Две женщины, лежащие поблизости, с раздражением посмотрели на меня. Посмотрели – это метафора. Конечно, им нечем было смотреть. Их «взгляды» были вибрациями, которые доходили до меня, как недовольство и осуждение. В них мне слышался упрек, что-то вроде: «Как не стыдно? Ты поколебала наше блаженство своим бессмысленным словом. Здесь все так мило устроено, все подготовлено для нашего священного сна, зачем же ты разрушаешь его»? В ответ я произнесла еще одно слово.

Мне было стыдно, но я начала произносить слово за словом – мне необходимо было говорить. Я понимала, что будоражу их, моих милых покойников, и я не знала, что делать. Впрочем, сильнее моего желания говорить было желание спать. Все-таки я находилась в царстве вечного покоя, и законы его действовали неумолимо. «Спать, спать, всем спать… - шептало пространство. – Я иду… Я Сон».

Я выползла из своего гробика и перекатилась в какую-то ямку. Это оказалась чужая могилка, из которой недавно кто-то отполз. В ней было тепло и мягко, и я с новой силой почувствовала желание заснуть. Во сне я была абсолютно счастлива – так спит младенец, для которого еще чужд новый мир. Желать чего-то еще было невозможно, но тут мне вспомнилось, что, кажется, я умею летать.

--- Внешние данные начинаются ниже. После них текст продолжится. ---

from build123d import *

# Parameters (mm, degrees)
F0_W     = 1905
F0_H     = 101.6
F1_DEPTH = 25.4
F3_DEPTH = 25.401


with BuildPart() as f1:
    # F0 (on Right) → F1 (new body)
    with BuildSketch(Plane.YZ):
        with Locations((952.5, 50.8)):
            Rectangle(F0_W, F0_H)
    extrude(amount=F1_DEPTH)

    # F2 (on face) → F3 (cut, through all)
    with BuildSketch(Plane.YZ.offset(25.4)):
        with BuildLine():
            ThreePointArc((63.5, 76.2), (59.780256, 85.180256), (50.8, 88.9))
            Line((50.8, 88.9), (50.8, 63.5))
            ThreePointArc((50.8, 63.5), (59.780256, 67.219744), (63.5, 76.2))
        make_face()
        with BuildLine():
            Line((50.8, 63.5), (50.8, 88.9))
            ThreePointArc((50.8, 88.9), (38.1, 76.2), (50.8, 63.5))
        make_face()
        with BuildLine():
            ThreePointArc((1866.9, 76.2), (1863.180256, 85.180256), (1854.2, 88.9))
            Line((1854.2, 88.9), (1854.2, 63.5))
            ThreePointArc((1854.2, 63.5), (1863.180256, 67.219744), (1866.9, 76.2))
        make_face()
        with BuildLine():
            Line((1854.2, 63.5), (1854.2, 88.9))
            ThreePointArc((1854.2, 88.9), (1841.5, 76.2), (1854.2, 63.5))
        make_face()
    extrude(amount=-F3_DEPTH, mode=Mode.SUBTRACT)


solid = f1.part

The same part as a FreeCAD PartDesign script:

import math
import FreeCAD as App
import Part
import Sketcher
from FreeCAD import Vector
Q = App.Units.Quantity


def add_polygon(sketch, points):
    """Adds a closed chain of lines whose ends are joined by coincident constraints."""
    first, n = sketch.GeometryCount, len(points)
    for a, b in zip(points, points[1:] + points[:1]):
        sketch.addGeometry(Part.LineSegment(App.Vector(*a, 0), App.Vector(*b, 0)), False)
    for i in range(n):
        sketch.addConstraint(Sketcher.Constraint("Coincident", first + i, 2, first + (i + 1) % n, 1))

doc = App.newDocument("Part")
body = doc.addObject("PartDesign::Body", "Body")

# Sketch on YZ plane
sketch1 = doc.addObject("Sketcher::SketchObject", "Sketch")
body.addObject(sketch1)
sketch1.AttachmentSupport = (doc.YZ_Plane, [""])
sketch1.MapMode = "FlatFace"
add_polygon(sketch1, [(0, 101.6), (0, 0), (1905, 0), (1905, 101.6)])  # lines 0-3
sketch1.addConstraint([
    Sketcher.Constraint("Vertical", 0),
    Sketcher.Constraint("Horizontal", 1),
    Sketcher.Constraint("Vertical", 2),
    Sketcher.Constraint("Horizontal", 3),
    Sketcher.Constraint("Coincident", 0, 2, -1, 1),
    Sketcher.Constraint("DistanceX", 1, 1, 1, 2, Q("75 in")),
    Sketcher.Constraint("DistanceY", 0, 2, 0, 1, Q("4 in")),
])
pad1 = doc.addObject("PartDesign::Pad", "Pad")
body.addObject(pad1)
pad1.Profile = sketch1
pad1.Length = Q("1 in")

# Sketch on YZ plane
sketch2 = doc.addObject("Sketcher::SketchObject", "Sketch001")
body.addObject(sketch2)
sketch2.AttachmentSupport = (doc.YZ_Plane, [""])
sketch2.MapMode = "FlatFace"
sketch2.AttachmentOffset = App.Placement(Vector(0, 0, 1 * 25.4), App.Rotation())
sketch2.addGeometry([
    Part.ArcOfCircle(Part.Circle(Vector(50.8, 76.2, 0), Vector(0, 0, 1), 12.7), math.radians(0.000002), math.radians(89.999998)),  # 0
    Part.ArcOfCircle(Part.Circle(Vector(50.8, 76.2, 0), Vector(0, 0, 1), 12.7), math.radians(90), math.radians(270)),  # 1
    Part.ArcOfCircle(Part.Circle(Vector(50.8, 76.2, 0), Vector(0, 0, 1), 12.7), math.radians(-89.999998), math.radians(-0.000002)),  # 2
    Part.ArcOfCircle(Part.Circle(Vector(1854.2, 76.2, 0), Vector(0, 0, 1), 12.7), math.radians(0.000002), math.radians(89.999998)),  # 3
    Part.ArcOfCircle(Part.Circle(Vector(1854.2, 76.2, 0), Vector(0, 0, 1), 12.7), math.radians(90), math.radians(270)),  # 4
    Part.ArcOfCircle(Part.Circle(Vector(1854.2, 76.2, 0), Vector(0, 0, 1), 12.7), math.radians(-89.999998), math.radians(-0.000002)),  # 5
], False)
sketch2.addConstraint([
    Sketcher.Constraint("Tangent", 0, 2, 1, 1),
    Sketcher.Constraint("Tangent", 1, 2, 2, 1),
    Sketcher.Constraint("Tangent", 2, 2, 0, 1),
    Sketcher.Constraint("Tangent", 3, 2, 4, 1),
    Sketcher.Constraint("Tangent", 4, 2, 5, 1),
    Sketcher.Constraint("Tangent", 5, 2, 3, 1),
    Sketcher.Constraint("Equal", 2, 3),
    Sketcher.Constraint("Horizontal", 2, 3, 3, 3),
    Sketcher.Constraint("Horizontal", 5, 3, 2, 2),
    Sketcher.Constraint("Horizontal", 2, 2, 5, 2),
    Sketcher.Constraint("Vertical", 2, 3, 0, 2),
    Sketcher.Constraint("Vertical", 0, 2, 1, 2),
    Sketcher.Constraint("Vertical", 5, 3, 3, 2),
    Sketcher.Constraint("Vertical", 3, 2, 4, 2),
    Sketcher.Constraint("Radius", 0, Q("0.5 in")),
    Sketcher.Constraint("DistanceX", -1, 1, 0, 3, Q("2 in")),
    Sketcher.Constraint("DistanceY", -1, 1, 0, 3, Q("3 in")),
    Sketcher.Constraint("DistanceX", -1, 1, 3, 3, Q("73 in")),
])
pocket1 = doc.addObject("PartDesign::Pocket", "Pocket")
body.addObject(pocket1)
pocket1.Profile = sketch2
pocket1.Type = "ThroughAll"

doc.recompute()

Я сконцентрировалась на своем теле (если можно так сказать о прозрачном сгустке, которым я являлась), подняла вверх ту часть себя, которая чувствовалась мною, как ноги, и оторвалась от земли. Это было трудно – усталость тянула вниз. Хотелось вернуться и прилечь, свернувшись калачиком в своей могилке. Но парение в воздухе тоже было очень приятным – это было для меня естественное состояние, почти такое же естественное, как сон. Летать оказалось во много раз проще, чем ходить или говорить. Если ты смог оторваться от земли, летать примерно так же несложно, как смотреть – не надо прилагать усилий, просто открой глаза.

Я взлетела. И поняла, что нас внизу много, очень много – миллионы мертвецов, лежащих во сне. Весь мир плотно заселен нашим братом. Не было места на Земле, где бы не лежал узник вечного покоя, золотыми цепями прикованный к своему гробику или ямке. Цепи эти были сладки и желанны. Они все еще тянули меня обратно, и очень сильно. В какой-то момент я подумала: а не бросить ли мне все эти полёты, разговоры? Чего они стоят рядом с вечным блаженством? Суета сует.

Я увидела, что гробик мой уже занят кем-то. Это было нестрашно, потому что могилки здесь не принадлежали нам, как квартиры людям в мире живых. Можно было и «обменяться квартирой», или вообще спать без гробика, найдя себе уютный закуток. Места здесь хватало для всех. Но моя могилка ощущалась мною, как пуповина, с которой я связана, и от которой лучше не отдаляться. Я смутно подозревала, что вдалеке, без этой связи меня поджидает опасность. Превозмогая чувство тревоги и все еще беспощадного, валящего на землю сна, я взмыла вверх и вперед.